20年代の禁酒法時代と現代は呼応していると思う。20年代のギャングたちを描く時に酒がついてまわるように、90年代のギャングを語るにはドラッグは必要不可欠なものだ。(マリオ・ヴァン・ピーブルズ)
主演は、ストリートギャングから麻薬王へと君臨するニーノ役にウェズリー・スナイプス。彼を執拗に追う刑事スコッティー役にアイス-T。アイスは当時、ギャングスタ・ラッパーの草分けとして人気絶頂で、麻薬王以上のチンピラぶりに妙なリアリティを醸し出した。監督はこれがデビュー作となるマリオ・ヴァン・ピーブルズ。パブリック・エナミーのフレイヴァー・フレイヴや歌手のキース・スウェットらがカメオ出演した。
ニュー・ジャック・シティとは、黒人のスラングでニューヨーク・シティのこと。“ニュー・ジャック”は、脚本を担当したバリー・マイケル・クーパーが<ビレッジ・ヴォイス>誌で生み出した新語で、都市のストリートライフを支配する新しい雰囲気/風潮を表現する言葉として使ったのが最初。
ゲットーから脱け出すためには何か秀でたものがなければダメだ。

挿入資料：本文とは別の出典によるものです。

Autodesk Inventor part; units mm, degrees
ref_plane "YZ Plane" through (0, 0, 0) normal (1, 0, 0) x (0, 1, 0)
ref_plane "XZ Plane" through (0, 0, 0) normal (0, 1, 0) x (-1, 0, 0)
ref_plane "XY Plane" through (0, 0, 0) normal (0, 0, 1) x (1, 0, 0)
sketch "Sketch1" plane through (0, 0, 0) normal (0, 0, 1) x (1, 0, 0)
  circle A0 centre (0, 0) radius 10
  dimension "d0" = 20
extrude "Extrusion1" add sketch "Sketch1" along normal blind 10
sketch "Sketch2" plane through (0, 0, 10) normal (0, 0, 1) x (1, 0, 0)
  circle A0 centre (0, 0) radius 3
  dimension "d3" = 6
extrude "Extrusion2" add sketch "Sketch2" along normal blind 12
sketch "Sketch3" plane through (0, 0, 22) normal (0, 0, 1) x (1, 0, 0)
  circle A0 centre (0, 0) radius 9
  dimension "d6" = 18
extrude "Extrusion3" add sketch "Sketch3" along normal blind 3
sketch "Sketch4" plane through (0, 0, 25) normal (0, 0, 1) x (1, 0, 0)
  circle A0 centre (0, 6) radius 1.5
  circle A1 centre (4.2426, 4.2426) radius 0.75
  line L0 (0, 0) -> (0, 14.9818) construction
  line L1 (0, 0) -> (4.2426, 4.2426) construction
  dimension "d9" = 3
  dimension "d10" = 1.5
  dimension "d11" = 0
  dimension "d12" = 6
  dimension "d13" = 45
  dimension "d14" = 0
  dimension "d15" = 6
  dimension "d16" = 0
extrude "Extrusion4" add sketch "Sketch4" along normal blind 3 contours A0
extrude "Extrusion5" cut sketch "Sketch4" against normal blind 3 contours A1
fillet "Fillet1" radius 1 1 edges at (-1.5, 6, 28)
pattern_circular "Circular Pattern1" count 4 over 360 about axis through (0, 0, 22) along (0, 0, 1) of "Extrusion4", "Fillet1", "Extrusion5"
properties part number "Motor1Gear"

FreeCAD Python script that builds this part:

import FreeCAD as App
import Part
import Sketcher
from FreeCAD import Vector
Q = App.Units.Quantity


def edges_at(feature, points):
    """Names of the edges that pass closest to the given points."""
    edges = feature.Shape.Edges
    near = lambda p: min(range(len(edges)), key=lambda i: edges[i].distToShape(Part.Vertex(*p))[0])
    return sorted({f"Edge{near(p) + 1}" for p in points})

doc = App.newDocument("Part")
params = doc.addObject("Spreadsheet::Sheet", "Params")
for row, (alias, value) in enumerate([
    ("sketch1_diameter", "20 mm"),
    ("pad1_length", "10 mm"),
    ("sketch2_diameter", "6 mm"),
    ("pad2_length", "12 mm"),
    ("sketch3_diameter", "18 mm"),
    ("pad3_length", "3 mm"),
    ("sketch4_diameter", "3 mm"),
    ("pad4_length", "3 mm"),
    ("sketch5_diameter", "1.5 mm"),
    ("pocket1_length", "3 mm"),
    ("fillet_radius", "1 mm"),
], start=1):
    params.set(f"A{row}", alias)
    params.set(f"B{row}", "=" + value)
    params.setAlias(f"B{row}", alias)

body = doc.addObject("PartDesign::Body", "Body")

# Sketch on XY plane
sketch1 = doc.addObject("Sketcher::SketchObject", "Sketch")
body.addObject(sketch1)
sketch1.AttachmentSupport = (doc.XY_Plane, [""])
sketch1.MapMode = "FlatFace"
sketch1.addGeometry(Part.Circle(Vector(0, 0, 0), Vector(0, 0, 1), 10), False)
sketch1.addConstraint([
    Sketcher.Constraint("Coincident", 0, 3, -1, 1),
    Sketcher.Constraint("Diameter", 0, Q("20 mm")),
])
sketch1.setExpression("Constraints[1]", "Params.sketch1_diameter")
pad1 = doc.addObject("PartDesign::Pad", "Pad")
body.addObject(pad1)
pad1.Profile = sketch1
pad1.setExpression("Length", "Params.pad1_length")

# Sketch on XY plane
sketch2 = doc.addObject("Sketcher::SketchObject", "Sketch001")
body.addObject(sketch2)
sketch2.AttachmentSupport = (doc.XY_Plane, [""])
sketch2.MapMode = "FlatFace"
sketch2.AttachmentOffset = App.Placement(Vector(0, 0, 10), App.Rotation())
sketch2.addGeometry(Part.Circle(Vector(0, 0, 0), Vector(0, 0, 1), 3), False)
sketch2.addConstraint([
    Sketcher.Constraint("Coincident", 0, 3, -1, 1),
    Sketcher.Constraint("Diameter", 0, Q("6 mm")),
])
sketch2.setExpression("Constraints[1]", "Params.sketch2_diameter")
pad2 = doc.addObject("PartDesign::Pad", "Pad001")
body.addObject(pad2)
pad2.Profile = sketch2
pad2.setExpression("Length", "Params.pad2_length")

# Sketch on XY plane
sketch3 = doc.addObject("Sketcher::SketchObject", "Sketch002")
body.addObject(sketch3)
sketch3.AttachmentSupport = (doc.XY_Plane, [""])
sketch3.MapMode = "FlatFace"
sketch3.AttachmentOffset = App.Placement(Vector(0, 0, 22), App.Rotation())
sketch3.addGeometry(Part.Circle(Vector(0, 0, 0), Vector(0, 0, 1), 9), False)
sketch3.addConstraint([
    Sketcher.Constraint("Coincident", 0, 3, -1, 1),
    Sketcher.Constraint("Diameter", 0, Q("18 mm")),
])
sketch3.setExpression("Constraints[1]", "Params.sketch3_diameter")
pad3 = doc.addObject("PartDesign::Pad", "Pad002")
body.addObject(pad3)
pad3.Profile = sketch3
pad3.setExpression("Length", "Params.pad3_length")

# Sketch on XY plane
sketch4 = doc.addObject("Sketcher::SketchObject", "Sketch003")
body.addObject(sketch4)
sketch4.AttachmentSupport = (doc.XY_Plane, [""])
sketch4.MapMode = "FlatFace"
sketch4.AttachmentOffset = App.Placement(Vector(0, 0, 25), App.Rotation())
sketch4.addGeometry(Part.Circle(Vector(0, 6, 0), Vector(0, 0, 1), 1.5), False)
sketch4.addConstraint([
    Sketcher.Constraint("PointOnObject", 0, 3, -2),
    Sketcher.Constraint("Diameter", 0, Q("3 mm")),
    Sketcher.Constraint("DistanceY", -1, 1, 0, 3, Q("6 mm")),
])
sketch4.setExpression("Constraints[1]", "Params.sketch4_diameter")
pad4 = doc.addObject("PartDesign::Pad", "Pad003")
body.addObject(pad4)
pad4.Profile = sketch4
pad4.setExpression("Length", "Params.pad4_length")

# Sketch on XY plane
sketch5 = doc.addObject("Sketcher::SketchObject", "Sketch004")
body.addObject(sketch5)
sketch5.AttachmentSupport = (doc.XY_Plane, [""])
sketch5.MapMode = "FlatFace"
sketch5.AttachmentOffset = App.Placement(Vector(0, 0, 25), App.Rotation())
sketch5.addGeometry(Part.Circle(Vector(4.2, 4.2, 0), Vector(0, 0, 1), 0.8), False)
sketch5.addConstraint([
    Sketcher.Constraint("Diameter", 0, Q("1.5 mm")),
    Sketcher.Constraint("DistanceX", -1, 1, 0, 3, Q("4.2426 mm")),
    Sketcher.Constraint("DistanceY", -1, 1, 0, 3, Q("4.2426 mm")),
])
sketch5.setExpression("Constraints[0]", "Params.sketch5_diameter")
pocket1 = doc.addObject("PartDesign::Pocket", "Pocket")
body.addObject(pocket1)
pocket1.Profile = sketch5
pocket1.setExpression("Length", "Params.pocket1_length")
doc.recompute()

fillet = doc.addObject("PartDesign::Fillet", "Fillet")
body.addObject(fillet)
fillet.Base = (pocket1, edges_at(pocket1, [(-1.5, 6, 28)]))
fillet.setExpression("Radius", "Params.fillet_radius")
doc.recompute()

polarpattern = doc.addObject("PartDesign::PolarPattern", "PolarPattern")
body.addObject(polarpattern)
polarpattern.Originals = [pad4, fillet, pocket1]
polarpattern.Axis = (doc.Z_Axis, [""])
polarpattern.Angle = 360
polarpattern.Occurrences = 4
body.Tip = polarpattern

doc.recompute()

マイク・タイソンのようにボクシングが強いとか、ホイットニー・ヒューストンのように歌がうまいとか、もし何もない奴は軍隊に入るしかない。そんな状況の中で子供たちはドラッグに手を出すしか道がなくなってしまう。今のアメリカの社会の仕組みを浮き彫りにしたかったんだ。(マリオ・ヴァン・ピーブルズ)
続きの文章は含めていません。